ONAQUAGA REDISCOVERED • PART I
Native Fled Iroquois HQ
Year Before Dam Blew Up
By JIM KEVLIN • Special to www.AllOTSEGO.com
COOPERSTOWN – The more than 3,000 paddlers in this weekend’s 59th annual General Clinton Regatta can compete with a clear conscience.
Its namesake Gen. James Clinton, who blew up the dam at Cooperstown in 1779 so the waters could carry his 200-bateaux flotilla swiftly down the Susquehanna to Onaquaga, didn’t destroy the Iroquois village there.
He found one building standing, owned by a British sympathizer, a man name Clagford, and Clinton’s troops did destroy that.
But “Clinton didn’t really do much on the way down,” said Bill Starna, the Oneonta historian who spoke on the period Sunday, May 19, at the Cooperstown Village Library.
The actual destruction of Onaquaga was done the year before – in October 1778 – by a contingent of 250 Colonial troops out of Middle Fort (now Middleburgh), led by a Lt. Col. William Butler. (Not to be confused with two feared Tory guerrilla commanders, John and Walter Butler.)
Even William Butler’s troops, who had come down Oullette Creek and razed the Indian village at Old Unadilla (Sidney), found Onaquaga’s population – learning in advance the Americans were on their way – had abandoned the settlement.
The Colonials also destroyed the longhouses and other signs of human habitation, and went back home.
The context of this raid and the Sullivan-Clinton Expedition of the following year were the nasty Border Wars: the American Revolution set neighbor against neighbor throughout the region, as some sided with Great Britain and the other with the Colonists.

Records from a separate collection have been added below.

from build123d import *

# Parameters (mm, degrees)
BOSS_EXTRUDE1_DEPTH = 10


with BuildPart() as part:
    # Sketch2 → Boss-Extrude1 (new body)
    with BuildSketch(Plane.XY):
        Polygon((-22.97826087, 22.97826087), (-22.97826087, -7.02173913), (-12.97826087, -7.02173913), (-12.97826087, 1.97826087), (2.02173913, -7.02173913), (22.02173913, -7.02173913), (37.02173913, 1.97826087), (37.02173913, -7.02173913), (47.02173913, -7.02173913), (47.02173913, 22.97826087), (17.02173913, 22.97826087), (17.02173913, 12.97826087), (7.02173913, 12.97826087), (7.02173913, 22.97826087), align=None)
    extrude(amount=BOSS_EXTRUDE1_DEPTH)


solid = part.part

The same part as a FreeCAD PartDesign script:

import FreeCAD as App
import Part
import Sketcher
from FreeCAD import Vector


def add_polygon(sketch, points):
    """Adds a closed chain of lines whose ends are joined by coincident constraints."""
    first, n = sketch.GeometryCount, len(points)
    for a, b in zip(points, points[1:] + points[:1]):
        sketch.addGeometry(Part.LineSegment(App.Vector(*a, 0), App.Vector(*b, 0)), False)
    for i in range(n):
        sketch.addConstraint(Sketcher.Constraint("Coincident", first + i, 2, first + (i + 1) % n, 1))

doc = App.newDocument("Part")
params = doc.addObject("Spreadsheet::Sheet", "Params")
for row, (alias, value) in enumerate([
    ("sketch1_width", "10 mm"),
    ("sketch1_width2", "20 mm"),
    ("sketch1_width3", "30 mm"),
    ("sketch1_height", "9 mm"),
    ("pad1_length", "10 mm"),
], start=1):
    params.set(f"A{row}", alias)
    params.set(f"B{row}", "=" + value)
    params.setAlias(f"B{row}", alias)

body = doc.addObject("PartDesign::Body", "Body")

# Sketch on XY plane
sketch1 = body.newObject("Sketcher::SketchObject", "Sketch")
sketch1.AttachmentSupport = (doc.getObject("XY_Plane"), [""])
sketch1.MapMode = "FlatFace"
add_polygon(sketch1, [(-23, 23), (-23, -7), (-13, -7), (-13, 2), (2, -7), (22, -7), (37, 2), (37, -7), (47, -7), (47, 23), (17, 23), (17, 13), (7, 13), (7, 23)])  # lines 0-13
sketch1.addConstraint(Sketcher.Constraint("Vertical", 0))
sketch1.addConstraint(Sketcher.Constraint("Horizontal", 1))
sketch1.addConstraint(Sketcher.Constraint("Vertical", 2))
sketch1.addConstraint(Sketcher.Constraint("Horizontal", 4))
sketch1.addConstraint(Sketcher.Constraint("Vertical", 6))
sketch1.addConstraint(Sketcher.Constraint("Horizontal", 7))
sketch1.addConstraint(Sketcher.Constraint("Vertical", 8))
sketch1.addConstraint(Sketcher.Constraint("Horizontal", 9))
sketch1.addConstraint(Sketcher.Constraint("Vertical", 10))
sketch1.addConstraint(Sketcher.Constraint("Horizontal", 11))
sketch1.addConstraint(Sketcher.Constraint("Vertical", 12))
sketch1.addConstraint(Sketcher.Constraint("Horizontal", 13))
sketch1.addConstraint(Sketcher.Constraint("Horizontal", 1, 2, 3, 2))
sketch1.addConstraint(Sketcher.Constraint("Horizontal", 2, 2, 5, 2))
sketch1.addConstraint(Sketcher.Constraint("Horizontal", 4, 2, 6, 2))
sketch1.addConstraint(Sketcher.Constraint("Horizontal", 9, 2, 12, 2))
sketch1.addConstraint(Sketcher.Constraint("Equal", 1, 7))
sketch1.addConstraint(Sketcher.Constraint("Equal", 7, 11))
sketch1.addConstraint(Sketcher.Constraint("Equal", 9, 13))
sketch1.addConstraint(Sketcher.Constraint("Equal", 13, 0))
sketch1.addConstraint(Sketcher.Constraint("Equal", 11, 10))
sketch1.addConstraint(Sketcher.Constraint("Equal", 3, 5))
sketch1.addConstraint(Sketcher.Constraint("DistanceX", 1, 1, 1, 2, 10.0))
sketch1.addConstraint(Sketcher.Constraint("DistanceX", 4, 1, 4, 2, 20.0))
sketch1.addConstraint(Sketcher.Constraint("DistanceX", 9, 2, 9, 1, 30.0))
sketch1.addConstraint(Sketcher.Constraint("DistanceY", 2, 1, 2, 2, 9.0))
sketch1.addConstraint(Sketcher.Constraint("DistanceX", 0, 2, -1, 1, 22.978261))
sketch1.addConstraint(Sketcher.Constraint("DistanceY", 0, 2, -1, 1, 7.021739))
sketch1.setExpression("Constraints[36]", "Params.sketch1_width")
sketch1.setExpression("Constraints[37]", "Params.sketch1_width2")
sketch1.setExpression("Constraints[38]", "Params.sketch1_width3")
sketch1.setExpression("Constraints[39]", "Params.sketch1_height")
pad1 = body.newObject("PartDesign::Pad", "Pad")
pad1.Profile = sketch1
pad1.setExpression("Length", "Params.pad1_length")

doc.recompute()
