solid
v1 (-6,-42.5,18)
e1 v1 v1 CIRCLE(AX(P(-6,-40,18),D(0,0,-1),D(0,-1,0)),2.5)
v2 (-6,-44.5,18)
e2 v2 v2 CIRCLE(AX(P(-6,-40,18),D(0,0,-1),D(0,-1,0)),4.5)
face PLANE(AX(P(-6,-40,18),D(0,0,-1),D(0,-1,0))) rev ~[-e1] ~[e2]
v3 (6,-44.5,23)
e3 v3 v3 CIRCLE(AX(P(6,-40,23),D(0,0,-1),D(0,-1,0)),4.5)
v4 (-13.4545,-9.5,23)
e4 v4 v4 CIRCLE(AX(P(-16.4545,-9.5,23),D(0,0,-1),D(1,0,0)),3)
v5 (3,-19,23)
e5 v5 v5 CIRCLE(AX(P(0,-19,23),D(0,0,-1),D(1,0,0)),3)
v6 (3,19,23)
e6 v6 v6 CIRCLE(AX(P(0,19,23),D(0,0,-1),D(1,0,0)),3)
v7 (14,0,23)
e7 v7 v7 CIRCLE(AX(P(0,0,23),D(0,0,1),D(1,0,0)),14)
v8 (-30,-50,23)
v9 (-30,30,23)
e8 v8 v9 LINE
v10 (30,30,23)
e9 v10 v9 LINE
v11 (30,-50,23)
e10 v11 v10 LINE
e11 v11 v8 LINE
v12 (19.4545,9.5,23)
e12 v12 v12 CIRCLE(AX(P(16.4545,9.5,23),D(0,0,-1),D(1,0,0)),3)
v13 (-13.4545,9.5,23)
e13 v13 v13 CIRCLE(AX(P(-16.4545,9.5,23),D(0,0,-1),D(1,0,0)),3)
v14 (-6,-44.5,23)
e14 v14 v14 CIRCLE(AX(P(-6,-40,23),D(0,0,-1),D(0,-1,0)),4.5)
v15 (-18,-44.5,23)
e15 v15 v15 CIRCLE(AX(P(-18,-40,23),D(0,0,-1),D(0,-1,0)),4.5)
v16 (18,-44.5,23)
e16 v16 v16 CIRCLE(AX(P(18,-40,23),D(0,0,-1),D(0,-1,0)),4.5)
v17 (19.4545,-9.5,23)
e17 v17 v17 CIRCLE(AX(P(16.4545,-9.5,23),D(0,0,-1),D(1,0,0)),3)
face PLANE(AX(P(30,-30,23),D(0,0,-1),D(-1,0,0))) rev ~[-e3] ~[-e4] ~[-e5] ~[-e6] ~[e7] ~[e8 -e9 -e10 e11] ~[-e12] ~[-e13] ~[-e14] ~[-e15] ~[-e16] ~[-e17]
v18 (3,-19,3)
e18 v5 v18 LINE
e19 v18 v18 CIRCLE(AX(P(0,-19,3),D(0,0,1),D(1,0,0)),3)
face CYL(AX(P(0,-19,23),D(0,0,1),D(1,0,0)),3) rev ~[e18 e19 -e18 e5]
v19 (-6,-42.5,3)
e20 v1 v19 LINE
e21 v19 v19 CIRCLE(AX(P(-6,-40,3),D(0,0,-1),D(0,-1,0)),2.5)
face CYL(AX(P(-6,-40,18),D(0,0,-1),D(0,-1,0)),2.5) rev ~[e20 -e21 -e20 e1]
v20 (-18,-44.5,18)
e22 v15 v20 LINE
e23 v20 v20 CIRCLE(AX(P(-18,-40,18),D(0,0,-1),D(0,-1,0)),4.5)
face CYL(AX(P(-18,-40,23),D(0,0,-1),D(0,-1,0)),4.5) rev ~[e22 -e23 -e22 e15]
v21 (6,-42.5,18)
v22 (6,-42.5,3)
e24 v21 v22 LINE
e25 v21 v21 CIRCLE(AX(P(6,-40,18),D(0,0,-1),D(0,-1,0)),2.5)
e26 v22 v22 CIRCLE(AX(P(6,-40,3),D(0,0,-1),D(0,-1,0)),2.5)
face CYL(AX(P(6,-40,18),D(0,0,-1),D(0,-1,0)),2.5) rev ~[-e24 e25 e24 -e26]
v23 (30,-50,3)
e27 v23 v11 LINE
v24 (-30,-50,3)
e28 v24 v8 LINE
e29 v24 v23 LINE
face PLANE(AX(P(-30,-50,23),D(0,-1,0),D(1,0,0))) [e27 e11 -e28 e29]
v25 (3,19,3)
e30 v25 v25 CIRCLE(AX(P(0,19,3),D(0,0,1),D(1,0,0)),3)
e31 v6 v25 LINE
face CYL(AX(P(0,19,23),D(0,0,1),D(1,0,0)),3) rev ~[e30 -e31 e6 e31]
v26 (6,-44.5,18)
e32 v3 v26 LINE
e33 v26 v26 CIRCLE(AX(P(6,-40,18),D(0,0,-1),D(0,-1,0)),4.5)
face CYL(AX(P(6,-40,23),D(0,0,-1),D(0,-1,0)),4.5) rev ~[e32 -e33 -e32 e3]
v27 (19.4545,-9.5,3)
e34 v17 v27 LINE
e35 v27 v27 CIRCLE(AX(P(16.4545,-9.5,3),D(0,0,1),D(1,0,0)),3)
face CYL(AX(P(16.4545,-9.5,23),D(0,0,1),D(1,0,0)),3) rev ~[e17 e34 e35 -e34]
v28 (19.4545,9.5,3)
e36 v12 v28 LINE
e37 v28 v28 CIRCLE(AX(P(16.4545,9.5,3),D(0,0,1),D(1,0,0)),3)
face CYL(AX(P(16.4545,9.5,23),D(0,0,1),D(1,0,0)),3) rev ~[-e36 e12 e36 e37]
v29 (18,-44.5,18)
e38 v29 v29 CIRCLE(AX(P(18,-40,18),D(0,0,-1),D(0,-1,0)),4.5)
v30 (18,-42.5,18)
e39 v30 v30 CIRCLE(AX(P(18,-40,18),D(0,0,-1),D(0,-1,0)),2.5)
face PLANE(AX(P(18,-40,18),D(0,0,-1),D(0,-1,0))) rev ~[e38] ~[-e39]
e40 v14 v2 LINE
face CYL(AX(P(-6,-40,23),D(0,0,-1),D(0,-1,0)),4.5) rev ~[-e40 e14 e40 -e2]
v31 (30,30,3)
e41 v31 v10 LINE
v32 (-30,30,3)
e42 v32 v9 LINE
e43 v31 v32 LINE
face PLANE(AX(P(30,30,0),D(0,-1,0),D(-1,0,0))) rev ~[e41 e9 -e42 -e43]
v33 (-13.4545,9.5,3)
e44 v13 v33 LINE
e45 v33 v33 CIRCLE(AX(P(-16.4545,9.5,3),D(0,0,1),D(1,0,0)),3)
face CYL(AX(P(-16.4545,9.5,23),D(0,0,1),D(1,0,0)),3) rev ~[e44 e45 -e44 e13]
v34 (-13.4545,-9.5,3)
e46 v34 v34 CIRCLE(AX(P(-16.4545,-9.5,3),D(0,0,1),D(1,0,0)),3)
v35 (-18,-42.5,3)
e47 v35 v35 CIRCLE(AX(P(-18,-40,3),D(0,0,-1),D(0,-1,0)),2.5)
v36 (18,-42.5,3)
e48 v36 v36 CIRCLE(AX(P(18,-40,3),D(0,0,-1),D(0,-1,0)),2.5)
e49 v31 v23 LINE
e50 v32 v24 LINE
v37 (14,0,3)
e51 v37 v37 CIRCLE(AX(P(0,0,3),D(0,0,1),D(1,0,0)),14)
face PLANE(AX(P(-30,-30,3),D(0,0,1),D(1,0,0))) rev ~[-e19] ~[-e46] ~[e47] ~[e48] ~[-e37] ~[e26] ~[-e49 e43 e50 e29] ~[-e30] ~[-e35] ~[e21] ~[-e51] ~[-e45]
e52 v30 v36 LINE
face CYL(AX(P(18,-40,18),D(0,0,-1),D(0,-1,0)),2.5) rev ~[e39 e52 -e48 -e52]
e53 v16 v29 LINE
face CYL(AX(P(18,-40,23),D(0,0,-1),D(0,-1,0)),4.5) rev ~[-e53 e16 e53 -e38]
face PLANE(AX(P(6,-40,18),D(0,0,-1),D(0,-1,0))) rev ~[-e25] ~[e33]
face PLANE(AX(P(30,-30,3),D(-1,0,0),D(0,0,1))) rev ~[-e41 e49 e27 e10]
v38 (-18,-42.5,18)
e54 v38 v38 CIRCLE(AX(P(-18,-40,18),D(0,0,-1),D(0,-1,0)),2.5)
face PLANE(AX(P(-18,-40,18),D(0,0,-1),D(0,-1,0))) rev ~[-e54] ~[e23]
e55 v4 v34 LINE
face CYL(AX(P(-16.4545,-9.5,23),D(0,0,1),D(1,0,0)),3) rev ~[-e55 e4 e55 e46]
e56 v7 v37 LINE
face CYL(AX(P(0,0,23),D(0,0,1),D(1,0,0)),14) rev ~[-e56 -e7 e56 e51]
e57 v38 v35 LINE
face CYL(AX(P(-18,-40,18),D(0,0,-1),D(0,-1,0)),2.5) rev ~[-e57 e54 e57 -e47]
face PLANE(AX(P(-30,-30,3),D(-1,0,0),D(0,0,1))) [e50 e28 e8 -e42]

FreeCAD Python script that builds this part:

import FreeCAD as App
import Part
import Sketcher
from FreeCAD import Vector

doc = App.newDocument("Part")
body = doc.addObject("PartDesign::Body", "Body")

# Sketch on XY plane
sketch1 = doc.addObject("Sketcher::SketchObject", "Sketch")
body.addObject(sketch1)
sketch1.AttachmentSupport = (doc.XY_Plane, [""])
sketch1.MapMode = "FlatFace"
sketch1.addGeometry([
    Part.LineSegment(Vector(-30, 30, 0), Vector(-30, -30, 0)),
    Part.LineSegment(Vector(-30, -30, 0), Vector(30, -30, 0)),
    Part.LineSegment(Vector(30, -30, 0), Vector(30, 30, 0)),
    Part.LineSegment(Vector(30, 30, 0), Vector(-30, 30, 0)),
], False)
sketch1.addConstraint([
    Sketcher.Constraint("Coincident", 0, 2, 1, 1),
    Sketcher.Constraint("Coincident", 1, 2, 2, 1),
    Sketcher.Constraint("Coincident", 2, 2, 3, 1),
    Sketcher.Constraint("Coincident", 3, 2, 0, 1),
    Sketcher.Constraint("Vertical", 0),
    Sketcher.Constraint("Horizontal", 1),
    Sketcher.Constraint("Vertical", 2),
    Sketcher.Constraint("Horizontal", 3),
    Sketcher.Constraint("Symmetric", 0, 2, 2, 2, -1, 1),
    Sketcher.Constraint("Equal", 3, 0),
    Sketcher.Constraint("DistanceX", 1, 1, 1, 2, 60.0),
])
pad1 = doc.addObject("PartDesign::Pad", "Pad")
body.addObject(pad1)
pad1.Profile = sketch1
pad1.Length = 35

# Sketch on XY plane
sketch2 = doc.addObject("Sketcher::SketchObject", "Sketch001")
body.addObject(sketch2)
sketch2.AttachmentSupport = (doc.XY_Plane, [""])
sketch2.MapMode = "FlatFace"
sketch2.AttachmentOffset = App.Placement(Vector(0, 0, 35), App.Rotation())
sketch2.addGeometry(Part.Circle(Vector(0, 0, 0), Vector(0, 0, 1), 25), False)
sketch2.addConstraint([
    Sketcher.Constraint("Coincident", 0, 3, -1, 1),
    Sketcher.Constraint("Diameter", 0, 50.0),
])
pocket1 = doc.addObject("PartDesign::Pocket", "Pocket")
body.addObject(pocket1)
pocket1.Profile = sketch2
pocket1.Length = 12

# Sketch on XY plane
sketch3 = doc.addObject("Sketcher::SketchObject", "Sketch002")
body.addObject(sketch3)
sketch3.AttachmentSupport = (doc.XY_Plane, [""])
sketch3.MapMode = "FlatFace"
sketch3.AttachmentOffset = App.Placement(Vector(0, 0, 23), App.Rotation())
sketch3.addGeometry(Part.Circle(Vector(0, 0, 0), Vector(0, 0, 1), 14), False)
sketch3.addConstraint([
    Sketcher.Constraint("Coincident", 0, 3, -1, 1),
    Sketcher.Constraint("Diameter", 0, 28.0),
])
pocket2 = doc.addObject("PartDesign::Pocket", "Pocket001")
body.addObject(pocket2)
pocket2.Profile = sketch3
pocket2.Type = "UpToFirst"
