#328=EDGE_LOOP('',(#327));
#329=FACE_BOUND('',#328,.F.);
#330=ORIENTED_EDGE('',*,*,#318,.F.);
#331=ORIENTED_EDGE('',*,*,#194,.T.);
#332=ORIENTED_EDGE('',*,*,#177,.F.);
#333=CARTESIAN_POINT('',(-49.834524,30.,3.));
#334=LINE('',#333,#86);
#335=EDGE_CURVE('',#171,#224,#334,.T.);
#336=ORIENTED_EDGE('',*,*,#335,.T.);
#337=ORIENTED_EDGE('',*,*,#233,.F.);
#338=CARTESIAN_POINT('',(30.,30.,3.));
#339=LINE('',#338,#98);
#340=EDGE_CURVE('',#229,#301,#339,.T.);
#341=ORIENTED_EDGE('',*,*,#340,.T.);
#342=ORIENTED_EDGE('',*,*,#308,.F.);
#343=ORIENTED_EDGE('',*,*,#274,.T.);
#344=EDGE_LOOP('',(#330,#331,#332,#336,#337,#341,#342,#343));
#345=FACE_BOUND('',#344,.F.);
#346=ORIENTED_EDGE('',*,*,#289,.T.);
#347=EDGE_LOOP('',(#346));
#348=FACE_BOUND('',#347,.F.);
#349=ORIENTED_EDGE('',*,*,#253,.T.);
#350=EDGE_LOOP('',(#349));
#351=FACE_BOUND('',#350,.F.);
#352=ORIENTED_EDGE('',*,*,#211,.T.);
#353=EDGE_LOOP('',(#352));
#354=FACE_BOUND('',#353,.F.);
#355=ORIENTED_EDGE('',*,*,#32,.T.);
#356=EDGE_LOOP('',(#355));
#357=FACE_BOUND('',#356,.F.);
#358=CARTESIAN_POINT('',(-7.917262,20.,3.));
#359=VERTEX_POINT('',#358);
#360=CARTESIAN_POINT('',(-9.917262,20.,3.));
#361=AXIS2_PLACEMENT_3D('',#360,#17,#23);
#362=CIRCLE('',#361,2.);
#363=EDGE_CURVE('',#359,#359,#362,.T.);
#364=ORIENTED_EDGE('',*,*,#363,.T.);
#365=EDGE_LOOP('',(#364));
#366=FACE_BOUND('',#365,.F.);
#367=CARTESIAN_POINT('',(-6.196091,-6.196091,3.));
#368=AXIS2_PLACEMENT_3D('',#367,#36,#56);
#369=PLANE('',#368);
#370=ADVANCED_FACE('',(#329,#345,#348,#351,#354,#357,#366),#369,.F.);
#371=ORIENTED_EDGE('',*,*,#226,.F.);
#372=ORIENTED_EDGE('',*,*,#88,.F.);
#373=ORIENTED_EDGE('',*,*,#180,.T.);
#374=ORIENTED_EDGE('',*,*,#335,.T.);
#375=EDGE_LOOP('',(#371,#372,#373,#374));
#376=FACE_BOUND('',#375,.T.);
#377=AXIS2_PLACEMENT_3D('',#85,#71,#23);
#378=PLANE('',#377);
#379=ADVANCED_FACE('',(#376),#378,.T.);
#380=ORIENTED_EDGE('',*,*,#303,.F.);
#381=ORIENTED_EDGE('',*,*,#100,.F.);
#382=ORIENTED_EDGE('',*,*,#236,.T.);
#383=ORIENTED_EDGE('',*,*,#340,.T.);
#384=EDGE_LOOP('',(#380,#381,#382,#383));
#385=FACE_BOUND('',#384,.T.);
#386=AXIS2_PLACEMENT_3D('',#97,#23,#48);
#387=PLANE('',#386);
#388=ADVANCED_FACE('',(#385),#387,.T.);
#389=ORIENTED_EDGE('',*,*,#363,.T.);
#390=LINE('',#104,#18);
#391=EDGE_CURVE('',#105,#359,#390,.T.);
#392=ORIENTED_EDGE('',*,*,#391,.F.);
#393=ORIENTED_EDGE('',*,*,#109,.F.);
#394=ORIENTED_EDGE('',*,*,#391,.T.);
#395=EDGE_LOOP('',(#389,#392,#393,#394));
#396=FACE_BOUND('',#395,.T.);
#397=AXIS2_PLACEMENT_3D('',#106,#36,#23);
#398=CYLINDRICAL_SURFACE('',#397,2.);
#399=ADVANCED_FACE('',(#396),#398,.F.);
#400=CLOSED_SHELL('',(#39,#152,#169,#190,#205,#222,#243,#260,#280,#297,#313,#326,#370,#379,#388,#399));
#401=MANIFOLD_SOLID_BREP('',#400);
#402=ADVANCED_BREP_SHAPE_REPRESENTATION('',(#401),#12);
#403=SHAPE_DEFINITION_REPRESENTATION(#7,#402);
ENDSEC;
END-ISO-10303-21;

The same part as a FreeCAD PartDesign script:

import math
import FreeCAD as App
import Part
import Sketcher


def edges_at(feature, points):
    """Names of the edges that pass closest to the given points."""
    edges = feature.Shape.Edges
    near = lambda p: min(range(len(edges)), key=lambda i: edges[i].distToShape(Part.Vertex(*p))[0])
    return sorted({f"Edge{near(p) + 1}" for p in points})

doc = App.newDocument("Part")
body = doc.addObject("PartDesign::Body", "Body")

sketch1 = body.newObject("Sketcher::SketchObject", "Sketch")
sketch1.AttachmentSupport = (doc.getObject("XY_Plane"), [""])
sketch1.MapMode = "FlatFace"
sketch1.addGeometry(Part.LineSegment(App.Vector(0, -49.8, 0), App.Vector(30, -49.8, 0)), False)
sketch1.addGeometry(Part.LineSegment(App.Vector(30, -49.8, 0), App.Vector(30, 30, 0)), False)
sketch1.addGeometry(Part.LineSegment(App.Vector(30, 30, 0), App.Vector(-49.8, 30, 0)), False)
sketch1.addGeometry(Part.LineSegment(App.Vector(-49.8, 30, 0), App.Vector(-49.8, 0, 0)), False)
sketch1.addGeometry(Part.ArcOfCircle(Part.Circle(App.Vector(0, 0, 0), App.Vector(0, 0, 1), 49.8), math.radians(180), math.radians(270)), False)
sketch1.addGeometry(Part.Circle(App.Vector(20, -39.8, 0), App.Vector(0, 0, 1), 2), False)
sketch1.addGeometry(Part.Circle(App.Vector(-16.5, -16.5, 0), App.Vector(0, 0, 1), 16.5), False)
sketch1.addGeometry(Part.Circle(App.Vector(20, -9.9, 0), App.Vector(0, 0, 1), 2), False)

The Six Nations – the Iroquois Confederacy of six tribes – had to choose, too. The Oneidas allied with the Americans, but the Mohawks, led by famed Chief (and warrior) Joseph Brant and most of the other Iroquois stuck with the British.
William Butler’s 1778 raid sparked what followed. In retaliation, Brant and Tory John Butler led what became known as the Cherry Valley Massacre on Nov. 11, 1778, where 30 settlers were killed and 80 taken hostage.
That, in turn, prompted George Washington to order the Clinton-Sullivan Expedition the following year. When it was over, the Iroquois were destroyed, thousands of men, women and children killed, and the remaining 5,000 fled to British Canada. “Clinton gets all the credit,” said archaeologist and local historian Buzz Hesse. “We are in Clinton territory.”
In reality, he said, it should be called the Sullivan-Clinton Expedition, as Sullivan brought four brigades up from Pennsylvania; Clinton only brought one down from Albany. The two forces joined at Tioga, modern-day Athens, Pa., and began the destruction of the native tribes in earnest.
At the Revolution’s end, the pacification of the Iroquois allowed a flood of Yankees to flow out of overcrowded New England into Central New York and onto Ohio.
“It was Washington’s war of annihilation,” said one local historian, who preferred not to be identified.
But Hesse said, “Washington could see the future. He knew it” – the bloody conflict between natives and settlers “had to be resolved.”